I take an airport limo from the Toronto airport. It is quiet in the car. The black leather upholstery is shiny and clean. As we smoothly cruise along the highway I look out the window and spot a personalized license plate. I start laughing at the absurdity and wonder who in their right mind would go to the trouble of getting a personalized license plate. Uh, me nine months ago. ‘Who was that person nine months ago? I do not recognize her. It could not possibly be me.’ I see the world outside the car very differently. I see my limo driver very differently. I see the skyline of Toronto very differently. ‘How can the world go on as usual when I have changed so much?’
My mom and friends are relieved to see me but no one believes my eye-witness story. They think I am lying and CNN is telling the truth. Everyone is convinced that if it is on the news it has to be true and the US government had no idea Saddam Hussien was going to invade Kuwait. I begin to wonder if I got things wrong. ‘Were the football players really special forces soldiers?’ ‘Were the news reports about downtown Kuwait being bombed true and did I never spend the evening with a woman and her son on the phone talking calmly from downtown Kuwait City?’ He assured us nothing was being bombed. ‘Was he lying and why?’ ‘Was the Canadian flag on the embassy in Amman burned and I saw another Canadian flag on another building?’ Were there 24,985 more students at the university that I could just not see?’

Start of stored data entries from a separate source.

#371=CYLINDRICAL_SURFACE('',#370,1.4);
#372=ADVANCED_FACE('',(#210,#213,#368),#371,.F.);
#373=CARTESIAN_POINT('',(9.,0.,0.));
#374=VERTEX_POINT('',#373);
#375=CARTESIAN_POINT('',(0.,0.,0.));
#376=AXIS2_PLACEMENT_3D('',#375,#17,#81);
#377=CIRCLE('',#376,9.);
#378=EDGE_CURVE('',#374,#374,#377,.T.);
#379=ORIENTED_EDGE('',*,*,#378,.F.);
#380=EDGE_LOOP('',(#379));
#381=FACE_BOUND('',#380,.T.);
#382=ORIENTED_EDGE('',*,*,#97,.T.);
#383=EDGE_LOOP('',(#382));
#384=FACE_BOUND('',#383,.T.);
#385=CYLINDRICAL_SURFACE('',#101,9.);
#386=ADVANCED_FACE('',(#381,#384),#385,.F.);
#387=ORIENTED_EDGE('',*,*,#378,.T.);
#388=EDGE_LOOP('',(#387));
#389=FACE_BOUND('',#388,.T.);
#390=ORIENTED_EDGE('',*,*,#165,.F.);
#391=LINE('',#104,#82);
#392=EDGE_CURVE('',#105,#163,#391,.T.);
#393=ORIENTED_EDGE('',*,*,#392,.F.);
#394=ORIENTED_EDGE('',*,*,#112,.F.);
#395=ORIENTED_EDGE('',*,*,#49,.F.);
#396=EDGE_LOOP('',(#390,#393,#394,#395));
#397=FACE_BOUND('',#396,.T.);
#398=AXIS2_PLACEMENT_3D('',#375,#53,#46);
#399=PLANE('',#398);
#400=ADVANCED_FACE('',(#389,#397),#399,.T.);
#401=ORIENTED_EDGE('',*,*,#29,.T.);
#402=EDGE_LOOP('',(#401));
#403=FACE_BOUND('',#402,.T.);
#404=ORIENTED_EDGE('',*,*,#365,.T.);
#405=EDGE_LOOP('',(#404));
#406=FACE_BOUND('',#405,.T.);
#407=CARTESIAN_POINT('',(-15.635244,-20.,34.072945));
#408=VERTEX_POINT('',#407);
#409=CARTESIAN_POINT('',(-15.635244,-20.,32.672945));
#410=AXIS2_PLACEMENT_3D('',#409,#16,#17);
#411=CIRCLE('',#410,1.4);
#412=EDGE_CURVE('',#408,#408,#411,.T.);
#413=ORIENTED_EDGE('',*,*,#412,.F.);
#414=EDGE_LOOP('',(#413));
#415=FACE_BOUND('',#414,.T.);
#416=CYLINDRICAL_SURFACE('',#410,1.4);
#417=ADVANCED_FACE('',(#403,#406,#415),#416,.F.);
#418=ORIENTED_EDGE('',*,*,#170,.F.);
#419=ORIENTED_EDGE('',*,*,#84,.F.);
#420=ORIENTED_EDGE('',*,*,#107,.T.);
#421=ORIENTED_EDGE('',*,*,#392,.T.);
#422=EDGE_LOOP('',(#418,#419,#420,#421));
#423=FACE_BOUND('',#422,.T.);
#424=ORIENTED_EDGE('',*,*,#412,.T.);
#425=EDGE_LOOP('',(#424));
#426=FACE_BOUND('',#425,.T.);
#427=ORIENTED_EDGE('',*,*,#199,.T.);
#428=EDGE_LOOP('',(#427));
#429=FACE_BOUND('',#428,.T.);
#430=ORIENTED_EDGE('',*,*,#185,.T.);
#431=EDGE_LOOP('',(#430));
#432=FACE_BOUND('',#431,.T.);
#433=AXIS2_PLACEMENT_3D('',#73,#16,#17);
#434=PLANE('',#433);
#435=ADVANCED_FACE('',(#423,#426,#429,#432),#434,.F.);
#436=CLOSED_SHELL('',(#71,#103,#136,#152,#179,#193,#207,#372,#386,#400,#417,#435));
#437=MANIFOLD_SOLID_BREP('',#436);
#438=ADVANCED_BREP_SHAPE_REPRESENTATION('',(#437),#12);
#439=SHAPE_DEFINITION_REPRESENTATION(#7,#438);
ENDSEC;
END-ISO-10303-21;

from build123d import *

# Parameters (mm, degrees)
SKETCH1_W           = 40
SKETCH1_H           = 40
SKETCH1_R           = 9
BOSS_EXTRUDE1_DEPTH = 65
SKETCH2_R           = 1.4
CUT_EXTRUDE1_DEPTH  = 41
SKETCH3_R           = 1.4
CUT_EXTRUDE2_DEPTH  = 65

Gotta say when W5 came out with their expose of the Gulf war I felt vindicated. My mom saw the episode and was not surprised Hill & Knowlton was behind it all. Now my family is not so eager to believe everything they see on the news. My German friend says that the “killing babies” narrative is used throughout history in propaganda campaigns including by Hitler in order to instill hatred for the Jewish people. He knew he was listening to a propaganda campaign when a recent report announced that a terrorist organization was chopping off the heads of babies recently.
I had to leave my beloved Montreal and move to Toronto in 1969 because of the Separatist Terrorists, the FLQ. Yet I spend many a holiday season in Gatineau, Quebec with a devout Separatist family and they lovingly speak English with this Anglophone.
Honestly, I do not know what to believe and where to find my news. I usually go to Amanpour & Company or The Daily Show. One tempers the other. A buzz phrase is “Fake News”. The way I see it, there is fake news all around. I am not sure if there is truth anywhere. However, I am more apt to believe a young person with a cellphone than CNN. I believe Anderson Cooper is well-meaning and a compassionate person searching for truth but even he must know by now that the media releases he reads have a bent narrative.
What I do know is there are many wars happening simultaneously around the globe. Who is to say which wars and whose lives matter more than others? If it was my country and my family threatened and killed, then that is the most important war that I need to fight in. How does the saying go? “One man’s terrorist is another man’s freedom fighter.” Anyone who has travelled extensively interacting intimately with people different from oneself knows this to be true.
The rich and powerful voices get heard first and by the time we listen to the poor and vulnerable it is often too late.